◆ ABOUT THIS EXERCISE
Every line of the records below that holds the word "ThreePointArc" should be copied out.

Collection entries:
--------------------------------
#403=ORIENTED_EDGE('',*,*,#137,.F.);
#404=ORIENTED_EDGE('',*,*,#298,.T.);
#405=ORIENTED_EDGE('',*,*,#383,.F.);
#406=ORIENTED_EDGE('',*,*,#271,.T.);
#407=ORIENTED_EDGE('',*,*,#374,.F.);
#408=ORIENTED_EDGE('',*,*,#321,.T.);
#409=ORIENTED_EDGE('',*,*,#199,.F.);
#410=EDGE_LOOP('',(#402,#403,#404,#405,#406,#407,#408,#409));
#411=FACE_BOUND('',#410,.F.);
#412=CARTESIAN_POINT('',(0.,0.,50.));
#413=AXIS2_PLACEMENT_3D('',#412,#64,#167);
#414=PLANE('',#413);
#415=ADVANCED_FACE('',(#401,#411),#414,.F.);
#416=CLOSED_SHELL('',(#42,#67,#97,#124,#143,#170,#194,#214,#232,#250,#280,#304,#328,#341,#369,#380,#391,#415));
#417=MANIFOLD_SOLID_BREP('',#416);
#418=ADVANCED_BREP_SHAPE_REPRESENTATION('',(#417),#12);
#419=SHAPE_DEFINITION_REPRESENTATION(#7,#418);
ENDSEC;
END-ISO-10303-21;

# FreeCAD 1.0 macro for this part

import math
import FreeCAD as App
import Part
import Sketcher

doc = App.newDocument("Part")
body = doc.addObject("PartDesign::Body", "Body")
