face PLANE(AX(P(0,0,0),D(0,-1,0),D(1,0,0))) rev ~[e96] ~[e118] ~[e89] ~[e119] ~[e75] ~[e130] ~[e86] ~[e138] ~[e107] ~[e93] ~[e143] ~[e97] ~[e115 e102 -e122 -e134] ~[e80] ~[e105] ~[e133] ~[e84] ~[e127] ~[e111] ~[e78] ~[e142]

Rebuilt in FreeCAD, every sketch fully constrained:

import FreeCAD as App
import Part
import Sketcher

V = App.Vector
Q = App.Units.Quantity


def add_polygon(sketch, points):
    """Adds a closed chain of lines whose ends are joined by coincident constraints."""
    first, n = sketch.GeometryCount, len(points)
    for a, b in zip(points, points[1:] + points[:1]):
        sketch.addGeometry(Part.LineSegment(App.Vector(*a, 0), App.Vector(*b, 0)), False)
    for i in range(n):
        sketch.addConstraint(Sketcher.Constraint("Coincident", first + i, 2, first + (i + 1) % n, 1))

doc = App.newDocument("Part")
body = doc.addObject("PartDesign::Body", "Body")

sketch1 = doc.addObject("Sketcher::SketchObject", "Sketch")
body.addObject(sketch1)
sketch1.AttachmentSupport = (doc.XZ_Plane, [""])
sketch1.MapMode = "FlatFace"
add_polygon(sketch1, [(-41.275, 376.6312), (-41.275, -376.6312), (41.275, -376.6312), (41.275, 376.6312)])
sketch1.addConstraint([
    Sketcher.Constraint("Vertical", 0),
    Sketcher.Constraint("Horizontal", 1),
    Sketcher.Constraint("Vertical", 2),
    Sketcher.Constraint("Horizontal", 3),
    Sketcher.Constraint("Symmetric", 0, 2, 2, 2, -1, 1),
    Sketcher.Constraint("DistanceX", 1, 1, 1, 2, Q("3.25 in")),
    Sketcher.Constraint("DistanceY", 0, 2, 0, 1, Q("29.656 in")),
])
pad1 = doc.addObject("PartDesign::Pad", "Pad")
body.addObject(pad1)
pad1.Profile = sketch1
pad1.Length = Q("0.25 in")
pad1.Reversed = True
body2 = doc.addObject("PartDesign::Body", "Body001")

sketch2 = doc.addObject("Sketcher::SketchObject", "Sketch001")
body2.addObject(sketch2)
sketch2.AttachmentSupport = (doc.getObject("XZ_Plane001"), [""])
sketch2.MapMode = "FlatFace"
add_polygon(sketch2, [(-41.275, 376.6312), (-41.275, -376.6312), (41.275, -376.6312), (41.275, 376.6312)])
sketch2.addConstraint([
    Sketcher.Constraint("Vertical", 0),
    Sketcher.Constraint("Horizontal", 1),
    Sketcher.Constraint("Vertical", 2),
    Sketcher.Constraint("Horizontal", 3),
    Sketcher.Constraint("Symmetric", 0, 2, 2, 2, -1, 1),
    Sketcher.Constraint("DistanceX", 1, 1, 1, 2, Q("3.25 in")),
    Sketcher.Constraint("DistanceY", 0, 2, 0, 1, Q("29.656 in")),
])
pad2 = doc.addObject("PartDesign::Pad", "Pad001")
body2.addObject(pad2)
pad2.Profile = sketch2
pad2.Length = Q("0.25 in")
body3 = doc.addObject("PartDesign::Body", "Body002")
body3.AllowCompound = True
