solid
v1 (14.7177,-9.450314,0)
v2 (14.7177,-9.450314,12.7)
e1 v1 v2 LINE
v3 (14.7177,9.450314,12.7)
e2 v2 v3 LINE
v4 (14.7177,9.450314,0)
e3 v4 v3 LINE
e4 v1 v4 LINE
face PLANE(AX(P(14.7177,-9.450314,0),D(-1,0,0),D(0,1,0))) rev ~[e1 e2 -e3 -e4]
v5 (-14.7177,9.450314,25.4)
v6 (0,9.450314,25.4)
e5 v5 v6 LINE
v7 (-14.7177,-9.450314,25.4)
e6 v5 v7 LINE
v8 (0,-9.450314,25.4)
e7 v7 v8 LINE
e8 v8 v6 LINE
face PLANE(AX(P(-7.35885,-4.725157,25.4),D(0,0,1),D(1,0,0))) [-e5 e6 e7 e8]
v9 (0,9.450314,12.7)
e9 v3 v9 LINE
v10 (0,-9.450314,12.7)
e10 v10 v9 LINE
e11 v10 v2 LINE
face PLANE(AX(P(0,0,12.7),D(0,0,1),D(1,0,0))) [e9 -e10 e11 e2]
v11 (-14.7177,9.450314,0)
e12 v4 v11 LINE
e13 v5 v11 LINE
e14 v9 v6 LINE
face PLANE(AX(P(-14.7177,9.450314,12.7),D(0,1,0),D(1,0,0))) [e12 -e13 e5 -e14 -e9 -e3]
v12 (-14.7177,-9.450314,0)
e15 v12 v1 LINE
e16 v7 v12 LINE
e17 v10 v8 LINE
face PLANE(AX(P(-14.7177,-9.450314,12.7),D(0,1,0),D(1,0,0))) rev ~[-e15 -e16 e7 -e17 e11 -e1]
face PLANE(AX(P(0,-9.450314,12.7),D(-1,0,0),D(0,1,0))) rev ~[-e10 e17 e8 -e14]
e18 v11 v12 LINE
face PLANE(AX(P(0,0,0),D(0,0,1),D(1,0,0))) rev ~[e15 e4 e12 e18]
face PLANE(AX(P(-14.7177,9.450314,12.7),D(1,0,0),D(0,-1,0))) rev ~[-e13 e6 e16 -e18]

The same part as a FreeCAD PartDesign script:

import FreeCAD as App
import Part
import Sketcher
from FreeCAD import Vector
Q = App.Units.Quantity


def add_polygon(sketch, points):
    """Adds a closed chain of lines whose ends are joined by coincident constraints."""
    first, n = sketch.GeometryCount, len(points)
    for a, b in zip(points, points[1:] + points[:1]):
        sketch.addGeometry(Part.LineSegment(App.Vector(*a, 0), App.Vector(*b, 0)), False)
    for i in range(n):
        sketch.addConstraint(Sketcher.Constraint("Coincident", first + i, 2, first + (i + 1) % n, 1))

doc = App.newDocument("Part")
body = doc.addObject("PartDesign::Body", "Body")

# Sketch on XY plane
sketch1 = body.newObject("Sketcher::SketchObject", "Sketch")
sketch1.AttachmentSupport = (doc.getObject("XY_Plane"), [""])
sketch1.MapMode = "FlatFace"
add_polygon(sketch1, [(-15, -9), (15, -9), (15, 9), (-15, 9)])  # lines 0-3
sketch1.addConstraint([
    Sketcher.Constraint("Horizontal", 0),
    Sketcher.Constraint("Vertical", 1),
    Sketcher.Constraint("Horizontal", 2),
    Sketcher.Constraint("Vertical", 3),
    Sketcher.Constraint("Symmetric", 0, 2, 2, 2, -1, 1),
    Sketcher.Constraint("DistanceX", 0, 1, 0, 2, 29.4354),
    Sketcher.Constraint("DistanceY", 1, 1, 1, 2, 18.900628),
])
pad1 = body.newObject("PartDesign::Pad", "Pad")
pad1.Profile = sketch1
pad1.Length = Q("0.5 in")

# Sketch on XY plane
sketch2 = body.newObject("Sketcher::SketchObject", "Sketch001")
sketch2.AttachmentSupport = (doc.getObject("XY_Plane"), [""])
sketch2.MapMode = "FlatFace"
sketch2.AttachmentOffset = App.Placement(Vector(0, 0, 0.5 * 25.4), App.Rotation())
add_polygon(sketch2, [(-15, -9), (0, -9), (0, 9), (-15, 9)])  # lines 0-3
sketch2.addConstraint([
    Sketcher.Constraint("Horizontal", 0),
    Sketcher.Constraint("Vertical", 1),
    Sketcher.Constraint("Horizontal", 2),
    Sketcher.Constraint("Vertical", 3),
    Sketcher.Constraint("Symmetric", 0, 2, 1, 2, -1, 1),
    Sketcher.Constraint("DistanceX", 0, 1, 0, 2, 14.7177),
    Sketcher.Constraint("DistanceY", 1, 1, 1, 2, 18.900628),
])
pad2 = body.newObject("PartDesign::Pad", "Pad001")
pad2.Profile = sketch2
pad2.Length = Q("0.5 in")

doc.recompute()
--------------------------------
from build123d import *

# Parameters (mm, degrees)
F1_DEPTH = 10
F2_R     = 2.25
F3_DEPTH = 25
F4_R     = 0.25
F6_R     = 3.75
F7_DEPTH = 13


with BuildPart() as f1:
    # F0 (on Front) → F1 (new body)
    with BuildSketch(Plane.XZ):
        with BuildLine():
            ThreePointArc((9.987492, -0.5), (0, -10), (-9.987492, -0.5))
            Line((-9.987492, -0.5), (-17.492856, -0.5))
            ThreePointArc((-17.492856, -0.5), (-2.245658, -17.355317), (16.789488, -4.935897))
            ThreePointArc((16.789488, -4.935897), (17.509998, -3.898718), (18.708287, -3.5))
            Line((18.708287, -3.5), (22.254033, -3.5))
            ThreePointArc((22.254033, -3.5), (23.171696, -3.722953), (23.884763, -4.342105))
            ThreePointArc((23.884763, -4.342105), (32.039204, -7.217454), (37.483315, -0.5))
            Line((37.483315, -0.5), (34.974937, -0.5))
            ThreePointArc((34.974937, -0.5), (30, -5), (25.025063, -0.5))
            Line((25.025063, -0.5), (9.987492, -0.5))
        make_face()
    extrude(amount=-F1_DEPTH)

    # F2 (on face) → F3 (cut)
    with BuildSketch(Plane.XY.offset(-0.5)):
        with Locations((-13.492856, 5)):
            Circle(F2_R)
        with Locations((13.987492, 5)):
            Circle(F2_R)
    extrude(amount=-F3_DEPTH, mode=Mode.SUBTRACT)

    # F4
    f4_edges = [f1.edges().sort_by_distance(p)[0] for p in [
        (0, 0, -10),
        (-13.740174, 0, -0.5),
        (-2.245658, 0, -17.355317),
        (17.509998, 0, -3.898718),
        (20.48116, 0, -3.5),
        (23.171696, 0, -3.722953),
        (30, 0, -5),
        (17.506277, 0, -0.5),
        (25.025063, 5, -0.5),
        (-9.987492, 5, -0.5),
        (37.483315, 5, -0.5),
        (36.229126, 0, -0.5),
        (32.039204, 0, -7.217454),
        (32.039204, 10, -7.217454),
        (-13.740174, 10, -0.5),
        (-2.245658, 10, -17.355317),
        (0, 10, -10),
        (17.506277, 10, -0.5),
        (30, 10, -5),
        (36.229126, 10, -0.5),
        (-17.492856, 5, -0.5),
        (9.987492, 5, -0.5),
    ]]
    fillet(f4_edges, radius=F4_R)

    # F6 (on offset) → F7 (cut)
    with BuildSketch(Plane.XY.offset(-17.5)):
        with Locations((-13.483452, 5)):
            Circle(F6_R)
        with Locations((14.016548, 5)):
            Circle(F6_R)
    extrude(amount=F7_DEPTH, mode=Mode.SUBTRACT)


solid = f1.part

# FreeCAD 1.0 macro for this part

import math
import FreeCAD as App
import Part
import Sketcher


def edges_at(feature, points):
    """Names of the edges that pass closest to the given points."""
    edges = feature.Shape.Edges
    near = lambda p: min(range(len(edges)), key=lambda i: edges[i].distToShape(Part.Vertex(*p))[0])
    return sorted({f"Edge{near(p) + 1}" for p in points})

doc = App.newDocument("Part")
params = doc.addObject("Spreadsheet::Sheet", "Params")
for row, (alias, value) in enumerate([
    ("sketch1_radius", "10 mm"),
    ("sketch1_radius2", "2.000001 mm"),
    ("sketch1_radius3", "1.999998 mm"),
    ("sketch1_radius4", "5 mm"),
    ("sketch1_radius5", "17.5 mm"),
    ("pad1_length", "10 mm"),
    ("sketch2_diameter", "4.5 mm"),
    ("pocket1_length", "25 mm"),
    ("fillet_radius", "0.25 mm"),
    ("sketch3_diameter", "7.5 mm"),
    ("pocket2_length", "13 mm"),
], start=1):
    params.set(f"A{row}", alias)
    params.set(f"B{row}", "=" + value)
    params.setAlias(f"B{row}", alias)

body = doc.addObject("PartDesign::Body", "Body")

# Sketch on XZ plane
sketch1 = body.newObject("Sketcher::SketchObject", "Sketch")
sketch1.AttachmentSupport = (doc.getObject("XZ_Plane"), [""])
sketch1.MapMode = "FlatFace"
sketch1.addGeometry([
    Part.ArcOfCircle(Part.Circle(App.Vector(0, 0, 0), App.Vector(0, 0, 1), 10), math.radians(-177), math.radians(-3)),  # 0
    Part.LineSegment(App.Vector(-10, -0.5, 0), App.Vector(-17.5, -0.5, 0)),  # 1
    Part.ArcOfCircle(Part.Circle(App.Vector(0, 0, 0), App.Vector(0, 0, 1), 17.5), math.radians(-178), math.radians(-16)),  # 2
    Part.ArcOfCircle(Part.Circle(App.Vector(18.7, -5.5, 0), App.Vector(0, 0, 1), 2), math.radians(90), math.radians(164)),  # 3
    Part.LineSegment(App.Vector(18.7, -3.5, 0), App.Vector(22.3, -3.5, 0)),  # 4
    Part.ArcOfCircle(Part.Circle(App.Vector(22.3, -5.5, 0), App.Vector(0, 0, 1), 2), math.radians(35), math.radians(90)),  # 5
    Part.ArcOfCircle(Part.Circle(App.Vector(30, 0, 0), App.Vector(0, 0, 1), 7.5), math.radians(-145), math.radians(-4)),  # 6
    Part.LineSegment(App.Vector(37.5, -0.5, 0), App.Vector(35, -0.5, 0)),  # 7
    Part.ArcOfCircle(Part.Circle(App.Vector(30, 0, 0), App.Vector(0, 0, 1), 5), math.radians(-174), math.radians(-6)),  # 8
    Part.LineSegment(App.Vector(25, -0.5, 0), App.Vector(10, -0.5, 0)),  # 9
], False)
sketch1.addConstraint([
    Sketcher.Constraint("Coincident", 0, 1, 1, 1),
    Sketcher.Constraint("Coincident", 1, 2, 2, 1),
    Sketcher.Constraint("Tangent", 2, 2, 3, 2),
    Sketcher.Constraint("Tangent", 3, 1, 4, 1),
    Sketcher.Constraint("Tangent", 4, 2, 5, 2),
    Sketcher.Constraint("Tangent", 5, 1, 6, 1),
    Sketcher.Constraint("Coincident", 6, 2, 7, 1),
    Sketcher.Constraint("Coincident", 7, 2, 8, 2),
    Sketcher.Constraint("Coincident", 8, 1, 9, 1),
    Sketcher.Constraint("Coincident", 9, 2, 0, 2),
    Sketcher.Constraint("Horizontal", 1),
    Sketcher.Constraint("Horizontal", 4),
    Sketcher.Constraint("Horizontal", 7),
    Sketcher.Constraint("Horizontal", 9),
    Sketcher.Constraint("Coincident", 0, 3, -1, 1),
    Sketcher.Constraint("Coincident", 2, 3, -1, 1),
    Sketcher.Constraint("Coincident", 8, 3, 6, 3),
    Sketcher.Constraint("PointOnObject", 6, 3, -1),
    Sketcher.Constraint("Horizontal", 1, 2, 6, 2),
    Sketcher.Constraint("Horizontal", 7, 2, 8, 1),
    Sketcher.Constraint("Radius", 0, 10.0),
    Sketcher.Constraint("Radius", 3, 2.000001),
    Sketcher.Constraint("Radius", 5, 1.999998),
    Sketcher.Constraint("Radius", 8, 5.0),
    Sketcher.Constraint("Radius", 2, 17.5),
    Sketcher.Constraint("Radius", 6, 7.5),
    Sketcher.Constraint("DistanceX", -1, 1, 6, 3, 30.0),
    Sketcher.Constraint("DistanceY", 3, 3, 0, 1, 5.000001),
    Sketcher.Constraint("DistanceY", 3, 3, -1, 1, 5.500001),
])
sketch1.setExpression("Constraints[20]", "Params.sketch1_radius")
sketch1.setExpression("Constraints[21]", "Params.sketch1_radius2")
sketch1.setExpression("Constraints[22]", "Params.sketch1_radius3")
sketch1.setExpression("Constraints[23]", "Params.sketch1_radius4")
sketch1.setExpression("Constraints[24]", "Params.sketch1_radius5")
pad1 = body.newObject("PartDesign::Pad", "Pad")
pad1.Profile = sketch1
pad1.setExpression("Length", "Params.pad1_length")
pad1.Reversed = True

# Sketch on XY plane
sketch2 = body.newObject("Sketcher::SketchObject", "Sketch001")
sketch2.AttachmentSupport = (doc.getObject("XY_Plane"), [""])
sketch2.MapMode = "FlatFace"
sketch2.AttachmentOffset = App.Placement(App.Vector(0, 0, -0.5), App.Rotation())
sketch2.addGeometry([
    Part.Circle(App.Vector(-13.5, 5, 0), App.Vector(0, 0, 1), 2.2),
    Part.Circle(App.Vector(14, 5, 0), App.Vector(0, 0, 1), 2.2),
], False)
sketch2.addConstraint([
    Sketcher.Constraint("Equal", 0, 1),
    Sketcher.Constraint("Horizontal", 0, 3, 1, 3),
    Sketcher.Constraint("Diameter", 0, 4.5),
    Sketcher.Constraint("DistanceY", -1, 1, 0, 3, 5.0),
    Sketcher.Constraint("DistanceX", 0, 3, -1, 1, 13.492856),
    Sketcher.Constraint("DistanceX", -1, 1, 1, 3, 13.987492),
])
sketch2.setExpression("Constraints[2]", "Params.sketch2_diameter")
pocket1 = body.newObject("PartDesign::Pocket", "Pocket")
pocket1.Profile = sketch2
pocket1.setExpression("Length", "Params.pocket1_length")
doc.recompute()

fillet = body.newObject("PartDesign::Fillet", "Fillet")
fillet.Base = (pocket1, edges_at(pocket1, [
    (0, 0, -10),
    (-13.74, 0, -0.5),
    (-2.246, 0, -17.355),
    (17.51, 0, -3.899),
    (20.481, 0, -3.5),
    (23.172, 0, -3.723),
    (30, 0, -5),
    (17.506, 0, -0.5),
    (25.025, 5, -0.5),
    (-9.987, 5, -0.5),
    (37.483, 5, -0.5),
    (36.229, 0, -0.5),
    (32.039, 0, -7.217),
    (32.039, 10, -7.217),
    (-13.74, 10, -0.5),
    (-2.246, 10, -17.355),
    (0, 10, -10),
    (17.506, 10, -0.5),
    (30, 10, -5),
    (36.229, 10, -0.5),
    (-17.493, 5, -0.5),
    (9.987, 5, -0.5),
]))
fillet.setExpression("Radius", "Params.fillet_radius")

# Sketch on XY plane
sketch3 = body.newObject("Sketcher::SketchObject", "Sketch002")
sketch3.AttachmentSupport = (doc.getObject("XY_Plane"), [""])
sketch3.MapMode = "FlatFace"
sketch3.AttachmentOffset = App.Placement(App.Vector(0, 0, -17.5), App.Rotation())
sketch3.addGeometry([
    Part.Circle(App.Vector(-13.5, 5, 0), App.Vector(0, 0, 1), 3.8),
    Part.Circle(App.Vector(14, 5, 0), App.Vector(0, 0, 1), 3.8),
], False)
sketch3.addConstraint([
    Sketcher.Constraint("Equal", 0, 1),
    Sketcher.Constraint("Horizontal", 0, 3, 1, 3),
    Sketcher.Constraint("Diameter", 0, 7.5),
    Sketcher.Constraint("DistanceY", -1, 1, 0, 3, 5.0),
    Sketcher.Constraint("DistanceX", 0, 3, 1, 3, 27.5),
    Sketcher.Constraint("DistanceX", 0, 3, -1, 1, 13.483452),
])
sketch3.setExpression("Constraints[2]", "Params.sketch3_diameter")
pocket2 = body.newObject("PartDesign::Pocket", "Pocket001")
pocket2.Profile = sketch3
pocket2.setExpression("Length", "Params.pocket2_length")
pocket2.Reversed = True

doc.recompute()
--------------------------------
◆ RESPONSE TO THIS TASK
            ThreePointArc((9.987492, -0.5), (0, -10), (-9.987492, -0.5))
            ThreePointArc((-17.492856, -0.5), (-2.245658, -17.355317), (16.789488, -4.935897))
            ThreePointArc((16.789488, -4.935897), (17.509998, -3.898718), (18.708287, -3.5))
            ThreePointArc((22.254033, -3.5), (23.171696, -3.722953), (23.884763, -4.342105))
            ThreePointArc((23.884763, -4.342105), (32.039204, -7.217454), (37.483315, -0.5))
            ThreePointArc((34.974937, -0.5), (30, -5), (25.025063, -0.5))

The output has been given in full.